Wednesday, October 19, 2005

I hate Walmart



If someone were to ask me, "If Satan were to come to the world and disguise himself as a major franchise, what do you think he would look like?" I wouldn't hesitate to say Walmart. Walmart is the festering boil on the ass of American society. I'll give you the abridged verion of why I hate this store so much.

Walmart will only sell censored music, but will sell ammunition. Obviously, music leads to more violence than bullets(I'm not saying that people don't have the right to buy bullets. I realize that the majority of people who buy them are responsible people who buy them and use them for valid reasons. However, do you really think that music that has profanity and violent undertones causes that much crime?). Also, Walmart claims to be a store that will create new jobs in an area whenever a new store opens. However, this store outsizes jobs to third world countries so they can knowingly employ people in sweat shops to keep their prices on clothes lower. I can seriously go on for hours for the reasons I boycott Walmart, but this post isn't about my boycott.

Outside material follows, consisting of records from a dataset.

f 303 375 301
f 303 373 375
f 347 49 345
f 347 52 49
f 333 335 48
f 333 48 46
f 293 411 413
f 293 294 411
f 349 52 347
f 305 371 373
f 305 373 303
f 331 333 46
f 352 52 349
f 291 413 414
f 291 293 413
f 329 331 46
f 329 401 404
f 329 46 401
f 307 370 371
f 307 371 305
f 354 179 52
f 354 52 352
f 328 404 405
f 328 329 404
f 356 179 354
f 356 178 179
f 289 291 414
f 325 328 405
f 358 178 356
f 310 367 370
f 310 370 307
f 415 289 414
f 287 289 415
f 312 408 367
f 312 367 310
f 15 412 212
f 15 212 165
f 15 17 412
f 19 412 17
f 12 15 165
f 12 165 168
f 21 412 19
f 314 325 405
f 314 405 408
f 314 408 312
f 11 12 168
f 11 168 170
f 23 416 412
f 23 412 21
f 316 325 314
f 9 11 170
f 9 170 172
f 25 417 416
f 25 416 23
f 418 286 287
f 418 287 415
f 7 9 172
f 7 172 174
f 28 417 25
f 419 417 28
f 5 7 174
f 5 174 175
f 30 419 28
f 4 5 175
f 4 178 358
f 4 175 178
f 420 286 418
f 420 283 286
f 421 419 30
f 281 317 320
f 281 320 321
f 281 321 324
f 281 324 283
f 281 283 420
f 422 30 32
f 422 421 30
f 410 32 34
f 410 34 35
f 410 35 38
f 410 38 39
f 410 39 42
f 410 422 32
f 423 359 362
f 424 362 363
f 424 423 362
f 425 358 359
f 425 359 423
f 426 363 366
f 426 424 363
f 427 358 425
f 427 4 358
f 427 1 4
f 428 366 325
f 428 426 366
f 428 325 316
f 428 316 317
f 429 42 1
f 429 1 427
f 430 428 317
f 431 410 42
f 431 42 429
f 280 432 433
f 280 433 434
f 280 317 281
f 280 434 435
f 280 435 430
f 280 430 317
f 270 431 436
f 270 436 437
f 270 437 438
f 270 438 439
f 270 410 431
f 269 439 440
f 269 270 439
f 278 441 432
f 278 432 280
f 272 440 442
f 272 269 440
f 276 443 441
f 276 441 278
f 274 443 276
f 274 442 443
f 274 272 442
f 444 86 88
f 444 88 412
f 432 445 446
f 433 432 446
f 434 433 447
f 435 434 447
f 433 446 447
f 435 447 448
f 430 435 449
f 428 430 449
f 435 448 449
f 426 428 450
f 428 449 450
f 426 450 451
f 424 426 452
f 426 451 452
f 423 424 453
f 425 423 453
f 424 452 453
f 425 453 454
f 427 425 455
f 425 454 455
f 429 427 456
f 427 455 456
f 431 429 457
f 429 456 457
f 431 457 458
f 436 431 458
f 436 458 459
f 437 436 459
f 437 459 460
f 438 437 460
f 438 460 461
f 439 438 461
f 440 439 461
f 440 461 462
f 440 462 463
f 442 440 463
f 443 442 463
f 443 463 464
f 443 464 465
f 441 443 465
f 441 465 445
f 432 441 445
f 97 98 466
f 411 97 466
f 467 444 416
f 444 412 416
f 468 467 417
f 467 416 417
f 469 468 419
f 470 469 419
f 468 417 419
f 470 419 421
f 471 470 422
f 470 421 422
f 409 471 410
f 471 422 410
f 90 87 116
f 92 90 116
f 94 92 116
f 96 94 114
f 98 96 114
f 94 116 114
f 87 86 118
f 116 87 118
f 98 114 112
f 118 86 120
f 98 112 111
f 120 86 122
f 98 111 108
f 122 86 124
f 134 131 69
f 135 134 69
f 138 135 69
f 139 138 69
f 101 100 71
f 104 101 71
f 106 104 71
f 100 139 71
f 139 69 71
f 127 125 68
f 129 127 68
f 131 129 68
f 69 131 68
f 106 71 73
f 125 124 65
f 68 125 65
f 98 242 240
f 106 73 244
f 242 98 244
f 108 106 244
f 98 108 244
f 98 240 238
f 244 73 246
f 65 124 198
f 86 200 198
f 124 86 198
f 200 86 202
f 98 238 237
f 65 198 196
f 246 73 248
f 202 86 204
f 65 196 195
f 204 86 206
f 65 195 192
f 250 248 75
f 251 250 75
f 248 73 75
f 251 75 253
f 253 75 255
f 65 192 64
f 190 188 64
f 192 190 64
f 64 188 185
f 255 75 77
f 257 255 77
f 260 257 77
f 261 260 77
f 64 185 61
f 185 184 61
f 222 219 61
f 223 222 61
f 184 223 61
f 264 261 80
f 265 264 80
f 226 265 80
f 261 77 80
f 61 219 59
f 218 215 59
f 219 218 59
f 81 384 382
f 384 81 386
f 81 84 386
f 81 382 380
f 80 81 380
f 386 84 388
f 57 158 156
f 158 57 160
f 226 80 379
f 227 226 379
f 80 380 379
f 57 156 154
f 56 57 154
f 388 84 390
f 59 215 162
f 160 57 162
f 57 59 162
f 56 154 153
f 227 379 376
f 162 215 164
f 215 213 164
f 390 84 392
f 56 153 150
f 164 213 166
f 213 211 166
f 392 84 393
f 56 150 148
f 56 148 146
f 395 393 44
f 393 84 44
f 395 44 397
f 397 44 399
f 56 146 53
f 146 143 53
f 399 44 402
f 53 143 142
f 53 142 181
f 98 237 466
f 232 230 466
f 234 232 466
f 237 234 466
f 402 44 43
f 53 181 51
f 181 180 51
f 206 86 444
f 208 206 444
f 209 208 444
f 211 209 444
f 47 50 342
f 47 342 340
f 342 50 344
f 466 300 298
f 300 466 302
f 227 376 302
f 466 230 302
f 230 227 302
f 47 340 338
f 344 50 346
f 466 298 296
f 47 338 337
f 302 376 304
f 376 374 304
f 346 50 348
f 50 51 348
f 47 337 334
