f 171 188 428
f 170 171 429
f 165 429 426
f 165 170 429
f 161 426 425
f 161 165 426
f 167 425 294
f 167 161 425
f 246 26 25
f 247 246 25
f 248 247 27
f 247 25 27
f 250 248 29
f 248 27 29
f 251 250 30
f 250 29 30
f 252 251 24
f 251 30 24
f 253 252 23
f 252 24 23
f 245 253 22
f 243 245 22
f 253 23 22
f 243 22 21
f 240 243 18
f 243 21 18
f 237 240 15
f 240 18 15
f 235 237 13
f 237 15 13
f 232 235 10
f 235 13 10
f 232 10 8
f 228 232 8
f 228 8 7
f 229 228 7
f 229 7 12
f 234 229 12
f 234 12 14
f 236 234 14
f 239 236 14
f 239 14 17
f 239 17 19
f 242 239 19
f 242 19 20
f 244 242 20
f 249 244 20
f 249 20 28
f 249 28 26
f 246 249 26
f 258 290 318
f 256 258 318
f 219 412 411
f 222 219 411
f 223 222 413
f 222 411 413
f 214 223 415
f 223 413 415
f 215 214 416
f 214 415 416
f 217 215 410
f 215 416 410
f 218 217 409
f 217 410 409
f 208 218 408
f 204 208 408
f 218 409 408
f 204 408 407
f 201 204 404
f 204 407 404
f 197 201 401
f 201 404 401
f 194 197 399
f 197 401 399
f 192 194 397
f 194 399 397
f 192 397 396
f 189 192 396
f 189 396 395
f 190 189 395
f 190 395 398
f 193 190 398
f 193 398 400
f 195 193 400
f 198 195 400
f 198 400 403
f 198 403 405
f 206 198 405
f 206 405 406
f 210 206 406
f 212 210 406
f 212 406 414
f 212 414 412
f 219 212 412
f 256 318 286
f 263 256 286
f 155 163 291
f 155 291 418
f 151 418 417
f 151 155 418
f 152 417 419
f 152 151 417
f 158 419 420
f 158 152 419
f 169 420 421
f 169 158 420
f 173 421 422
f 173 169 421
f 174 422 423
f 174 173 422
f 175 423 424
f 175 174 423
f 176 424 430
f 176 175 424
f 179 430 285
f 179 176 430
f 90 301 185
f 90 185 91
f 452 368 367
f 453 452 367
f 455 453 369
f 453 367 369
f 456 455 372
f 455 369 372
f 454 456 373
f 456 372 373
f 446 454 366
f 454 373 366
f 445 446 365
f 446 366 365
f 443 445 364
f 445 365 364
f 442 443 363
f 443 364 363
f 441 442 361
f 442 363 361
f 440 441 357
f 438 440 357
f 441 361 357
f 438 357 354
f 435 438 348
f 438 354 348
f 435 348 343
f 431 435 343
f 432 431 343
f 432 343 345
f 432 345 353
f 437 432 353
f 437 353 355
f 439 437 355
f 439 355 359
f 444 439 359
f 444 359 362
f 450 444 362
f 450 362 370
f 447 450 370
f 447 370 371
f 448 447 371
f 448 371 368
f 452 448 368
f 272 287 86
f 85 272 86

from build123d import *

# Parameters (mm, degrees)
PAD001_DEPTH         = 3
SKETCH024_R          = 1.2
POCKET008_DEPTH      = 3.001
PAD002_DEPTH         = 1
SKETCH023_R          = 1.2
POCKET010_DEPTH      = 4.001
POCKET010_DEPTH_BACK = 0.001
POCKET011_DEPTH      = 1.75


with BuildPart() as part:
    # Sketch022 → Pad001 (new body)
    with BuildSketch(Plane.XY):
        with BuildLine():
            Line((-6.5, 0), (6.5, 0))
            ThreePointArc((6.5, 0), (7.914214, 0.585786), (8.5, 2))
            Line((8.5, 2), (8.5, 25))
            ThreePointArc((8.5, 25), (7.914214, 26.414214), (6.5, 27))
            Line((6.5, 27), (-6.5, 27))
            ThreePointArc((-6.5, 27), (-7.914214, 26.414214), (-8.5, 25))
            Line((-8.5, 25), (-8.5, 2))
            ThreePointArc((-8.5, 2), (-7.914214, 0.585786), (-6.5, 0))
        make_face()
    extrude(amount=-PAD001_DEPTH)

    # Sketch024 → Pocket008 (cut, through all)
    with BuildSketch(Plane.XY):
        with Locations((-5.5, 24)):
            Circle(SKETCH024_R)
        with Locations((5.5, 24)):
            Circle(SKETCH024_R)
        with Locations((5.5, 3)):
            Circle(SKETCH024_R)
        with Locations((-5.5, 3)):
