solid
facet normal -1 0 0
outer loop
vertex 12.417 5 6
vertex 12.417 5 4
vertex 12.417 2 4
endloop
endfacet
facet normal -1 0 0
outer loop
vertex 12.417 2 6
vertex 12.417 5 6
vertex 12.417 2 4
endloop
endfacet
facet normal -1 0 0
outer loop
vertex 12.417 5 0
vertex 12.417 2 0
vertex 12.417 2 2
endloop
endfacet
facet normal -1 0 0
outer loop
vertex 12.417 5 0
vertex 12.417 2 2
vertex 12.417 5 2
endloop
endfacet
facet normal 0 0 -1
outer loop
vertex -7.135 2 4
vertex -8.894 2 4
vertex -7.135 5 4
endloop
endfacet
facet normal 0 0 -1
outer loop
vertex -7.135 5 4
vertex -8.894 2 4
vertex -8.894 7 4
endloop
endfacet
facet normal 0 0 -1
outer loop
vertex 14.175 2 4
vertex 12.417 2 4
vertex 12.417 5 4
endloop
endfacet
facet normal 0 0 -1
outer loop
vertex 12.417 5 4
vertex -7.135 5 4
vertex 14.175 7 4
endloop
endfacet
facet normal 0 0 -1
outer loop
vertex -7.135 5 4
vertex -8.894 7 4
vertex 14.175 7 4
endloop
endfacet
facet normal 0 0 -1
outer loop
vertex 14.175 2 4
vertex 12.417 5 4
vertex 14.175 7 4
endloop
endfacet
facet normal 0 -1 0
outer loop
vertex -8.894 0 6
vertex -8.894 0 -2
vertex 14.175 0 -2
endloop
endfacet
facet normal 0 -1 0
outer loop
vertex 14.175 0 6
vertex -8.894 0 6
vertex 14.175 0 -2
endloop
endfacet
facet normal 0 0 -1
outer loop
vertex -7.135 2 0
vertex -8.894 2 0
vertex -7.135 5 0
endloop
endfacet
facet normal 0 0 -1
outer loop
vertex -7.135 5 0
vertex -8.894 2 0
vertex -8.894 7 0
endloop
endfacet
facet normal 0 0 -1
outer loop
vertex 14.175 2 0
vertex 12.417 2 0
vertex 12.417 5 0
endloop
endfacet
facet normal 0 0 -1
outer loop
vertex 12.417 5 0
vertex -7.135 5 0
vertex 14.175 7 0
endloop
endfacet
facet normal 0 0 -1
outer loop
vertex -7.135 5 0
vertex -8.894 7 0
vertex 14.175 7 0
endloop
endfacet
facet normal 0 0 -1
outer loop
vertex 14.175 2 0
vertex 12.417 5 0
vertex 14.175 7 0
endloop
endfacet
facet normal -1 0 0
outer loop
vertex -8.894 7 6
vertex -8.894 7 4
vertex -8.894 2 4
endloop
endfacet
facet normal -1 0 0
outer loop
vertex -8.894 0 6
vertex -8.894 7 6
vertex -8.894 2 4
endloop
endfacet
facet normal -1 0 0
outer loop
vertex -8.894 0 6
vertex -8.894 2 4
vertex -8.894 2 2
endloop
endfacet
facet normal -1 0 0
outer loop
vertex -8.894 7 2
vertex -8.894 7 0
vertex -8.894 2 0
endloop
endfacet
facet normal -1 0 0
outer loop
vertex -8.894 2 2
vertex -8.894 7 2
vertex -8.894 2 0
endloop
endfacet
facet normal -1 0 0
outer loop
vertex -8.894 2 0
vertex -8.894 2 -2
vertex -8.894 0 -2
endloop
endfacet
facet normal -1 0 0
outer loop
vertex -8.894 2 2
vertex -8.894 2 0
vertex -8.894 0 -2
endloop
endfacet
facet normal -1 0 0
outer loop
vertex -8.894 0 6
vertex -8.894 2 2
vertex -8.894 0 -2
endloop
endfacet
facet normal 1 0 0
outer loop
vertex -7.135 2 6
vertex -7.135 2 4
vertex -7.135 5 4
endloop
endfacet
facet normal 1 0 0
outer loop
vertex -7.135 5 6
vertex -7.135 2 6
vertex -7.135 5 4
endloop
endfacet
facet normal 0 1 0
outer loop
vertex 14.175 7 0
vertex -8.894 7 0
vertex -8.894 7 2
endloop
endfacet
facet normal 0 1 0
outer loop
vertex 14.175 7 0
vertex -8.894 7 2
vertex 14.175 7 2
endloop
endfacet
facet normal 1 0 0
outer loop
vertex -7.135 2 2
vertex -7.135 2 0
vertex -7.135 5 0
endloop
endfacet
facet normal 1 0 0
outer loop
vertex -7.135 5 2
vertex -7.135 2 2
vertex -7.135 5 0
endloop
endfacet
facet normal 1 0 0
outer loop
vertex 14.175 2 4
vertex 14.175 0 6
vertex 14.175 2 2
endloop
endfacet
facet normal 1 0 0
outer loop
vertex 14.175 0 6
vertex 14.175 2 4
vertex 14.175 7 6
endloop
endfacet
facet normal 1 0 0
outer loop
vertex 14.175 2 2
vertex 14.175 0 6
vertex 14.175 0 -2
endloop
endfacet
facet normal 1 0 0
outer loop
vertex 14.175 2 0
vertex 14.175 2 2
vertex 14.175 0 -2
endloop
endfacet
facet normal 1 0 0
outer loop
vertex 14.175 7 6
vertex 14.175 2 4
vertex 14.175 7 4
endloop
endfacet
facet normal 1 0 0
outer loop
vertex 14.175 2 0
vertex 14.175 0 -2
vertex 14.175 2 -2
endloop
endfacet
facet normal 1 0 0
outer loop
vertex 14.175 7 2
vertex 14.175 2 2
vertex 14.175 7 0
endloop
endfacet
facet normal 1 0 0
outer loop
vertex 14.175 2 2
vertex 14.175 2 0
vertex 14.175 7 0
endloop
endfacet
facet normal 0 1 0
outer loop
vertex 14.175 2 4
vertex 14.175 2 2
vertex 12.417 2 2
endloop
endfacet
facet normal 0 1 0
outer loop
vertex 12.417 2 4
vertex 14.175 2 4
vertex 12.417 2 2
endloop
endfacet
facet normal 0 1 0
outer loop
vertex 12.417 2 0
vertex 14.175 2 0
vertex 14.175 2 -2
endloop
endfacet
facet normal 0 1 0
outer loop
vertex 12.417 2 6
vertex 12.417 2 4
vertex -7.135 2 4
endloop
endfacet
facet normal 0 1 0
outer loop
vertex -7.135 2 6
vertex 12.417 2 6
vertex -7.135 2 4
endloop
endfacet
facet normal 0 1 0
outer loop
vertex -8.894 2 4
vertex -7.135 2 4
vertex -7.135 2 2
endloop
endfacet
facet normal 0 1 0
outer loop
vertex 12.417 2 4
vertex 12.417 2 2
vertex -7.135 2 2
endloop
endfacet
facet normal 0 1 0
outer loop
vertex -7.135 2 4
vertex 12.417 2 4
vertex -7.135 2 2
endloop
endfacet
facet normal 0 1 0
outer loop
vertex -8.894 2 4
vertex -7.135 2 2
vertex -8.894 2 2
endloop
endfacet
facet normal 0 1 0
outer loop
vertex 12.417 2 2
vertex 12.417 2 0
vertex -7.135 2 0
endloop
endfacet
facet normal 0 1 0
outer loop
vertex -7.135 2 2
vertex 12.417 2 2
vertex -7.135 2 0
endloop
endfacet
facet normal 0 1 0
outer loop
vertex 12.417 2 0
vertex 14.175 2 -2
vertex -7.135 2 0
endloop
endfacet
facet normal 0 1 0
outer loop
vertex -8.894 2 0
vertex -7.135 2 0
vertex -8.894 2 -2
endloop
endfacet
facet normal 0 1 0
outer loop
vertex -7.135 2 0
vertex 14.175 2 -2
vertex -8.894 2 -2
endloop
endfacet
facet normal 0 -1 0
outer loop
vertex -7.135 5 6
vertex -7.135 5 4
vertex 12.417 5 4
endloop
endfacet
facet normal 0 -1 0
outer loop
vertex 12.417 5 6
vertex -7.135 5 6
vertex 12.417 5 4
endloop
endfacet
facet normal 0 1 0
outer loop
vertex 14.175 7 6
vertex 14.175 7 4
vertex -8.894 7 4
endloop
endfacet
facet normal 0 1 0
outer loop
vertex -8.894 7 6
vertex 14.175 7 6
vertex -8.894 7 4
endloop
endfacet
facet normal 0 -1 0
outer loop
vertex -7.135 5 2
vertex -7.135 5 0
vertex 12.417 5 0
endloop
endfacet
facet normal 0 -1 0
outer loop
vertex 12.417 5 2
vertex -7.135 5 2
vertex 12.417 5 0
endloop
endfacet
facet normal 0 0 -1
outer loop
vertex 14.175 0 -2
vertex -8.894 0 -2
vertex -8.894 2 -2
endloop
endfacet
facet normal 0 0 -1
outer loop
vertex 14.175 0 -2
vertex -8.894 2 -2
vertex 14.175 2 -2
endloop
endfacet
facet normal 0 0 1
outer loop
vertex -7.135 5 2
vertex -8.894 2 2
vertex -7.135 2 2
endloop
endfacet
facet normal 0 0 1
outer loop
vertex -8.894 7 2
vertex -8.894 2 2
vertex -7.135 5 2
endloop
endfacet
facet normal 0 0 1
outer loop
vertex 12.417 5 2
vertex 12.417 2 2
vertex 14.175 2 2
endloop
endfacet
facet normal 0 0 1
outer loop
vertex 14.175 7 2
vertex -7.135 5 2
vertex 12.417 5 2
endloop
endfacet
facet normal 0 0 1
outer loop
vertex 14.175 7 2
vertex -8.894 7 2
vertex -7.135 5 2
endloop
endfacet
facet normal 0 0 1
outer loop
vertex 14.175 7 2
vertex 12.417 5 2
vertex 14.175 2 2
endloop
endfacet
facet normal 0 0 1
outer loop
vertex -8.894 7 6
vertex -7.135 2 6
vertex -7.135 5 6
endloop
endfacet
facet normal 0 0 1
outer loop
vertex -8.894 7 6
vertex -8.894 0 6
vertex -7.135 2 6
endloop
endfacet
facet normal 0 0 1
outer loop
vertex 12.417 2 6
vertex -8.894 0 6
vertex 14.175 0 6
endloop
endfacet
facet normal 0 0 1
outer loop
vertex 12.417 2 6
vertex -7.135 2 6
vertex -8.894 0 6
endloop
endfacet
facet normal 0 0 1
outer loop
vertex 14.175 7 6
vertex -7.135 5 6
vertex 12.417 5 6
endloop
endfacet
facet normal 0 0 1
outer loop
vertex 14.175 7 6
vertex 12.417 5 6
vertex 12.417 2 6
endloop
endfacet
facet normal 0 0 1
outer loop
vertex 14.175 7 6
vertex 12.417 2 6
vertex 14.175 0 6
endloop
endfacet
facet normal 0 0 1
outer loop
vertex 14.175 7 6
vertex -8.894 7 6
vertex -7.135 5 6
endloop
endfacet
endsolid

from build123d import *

# Parameters (mm, degrees)
F0_W     = 23.068964
F0_H     = 7
F0_W_2   = 19.551722
F0_H_2   = 3
F1_DEPTH = 2
F3_DEPTH = 2
F5_DEPTH = 2
F7_DEPTH = 2


with BuildPart() as f1:
    # F0 (on Top) → F1 (new body)
    with BuildSketch(Plane.XY):
        with Locations((2.640947, 3.5)):
            Rectangle(F0_W, F0_H)
        with Locations((2.640947, 3.5)):
            Rectangle(F0_W_2, F0_H_2, mode=Mode.SUBTRACT)
    extrude(amount=F1_DEPTH)

    # F2 (on face) → F3 (join)
    with BuildSketch(Plane(origin=(0, 0, 0), x_dir=(1, 0, 0), z_dir=(0, 0, -1))):
        Polygon((14.175429, -2), (14.175429, 0), (-8.893535, 0), (-8.893535, -2), (-7.134914, -2), (12.416808, -2), align=None)
    extrude(amount=F3_DEPTH)

    # F4 (on face) → F5 (join)
    with BuildSketch(Plane.XY.offset(2)):
        Polygon((-8.893535, 2), (-8.893535, 0), (14.175429, 0), (14.175429, 2), (12.416808, 2), (-7.134914, 2), align=None)
    extrude(amount=F5_DEPTH)

    # F6 (on face) → F7 (join)
    with BuildSketch(Plane.XY.offset(4)):
        Polygon((-7.134914, 2), (-8.893535, 2), (-8.893535, 0), (14.175429, 0), (14.175429, 2), (12.416808, 2), align=None)
        Polygon((-8.893535, 7), (-8.893535, 2), (-7.134914, 2), (-7.134914, 5), (12.416808, 5), (12.416808, 2), (14.175429, 2), (14.175429, 7), align=None)
    extrude(amount=F7_DEPTH)


solid = f1.part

Last night, Lisa and I were out looking for Halloween costumes(see previous post). Lisa convinced me to go to Walmart, which, let me tell you, is a remarkable feat for someone to do. I resolved that I wouldn't buy anything in there, and sincerely hoped I didn't run into anyone I know. Basically the only reason we were there is it was one of the few stores still open. I found a new past time while I was there though.

Every annoying toy or Christmas decoration that sings a ridiculously cheesy song was turned on while we walked by. Toys with an on/off switch were left on. Toys that said push here to hear a song were pushed no less than 5 times. There's something funny about seeing 30 reindeer who rock in their rocking chairs singing "Grandma Got Runover By a Reindeer."

I realize that I can't run out all the batteries in all the toys in all the Walmarts all over the world. I beg of my loyal blog readers to help me out(both of you). Every time you are in a Walmart(which I hope isn't often), try to wear out the batteries. It may not make them go bankrupt, but it will make me feel better knowing that Satan has a little bit of a challenge when trying to overtake the world.

2 Comments:

At 10:06 PM, Blogger lovelylisa23 said...

that was the best blog EVER! i had so much fun last night :) we definately need to do that again!

 
At 11:13 AM, Blogger amanda said...

I used to do that at Walmart in Russellville - not because I thought Walmart was evil, but because there's not much else to do at 2 AM in a dry county.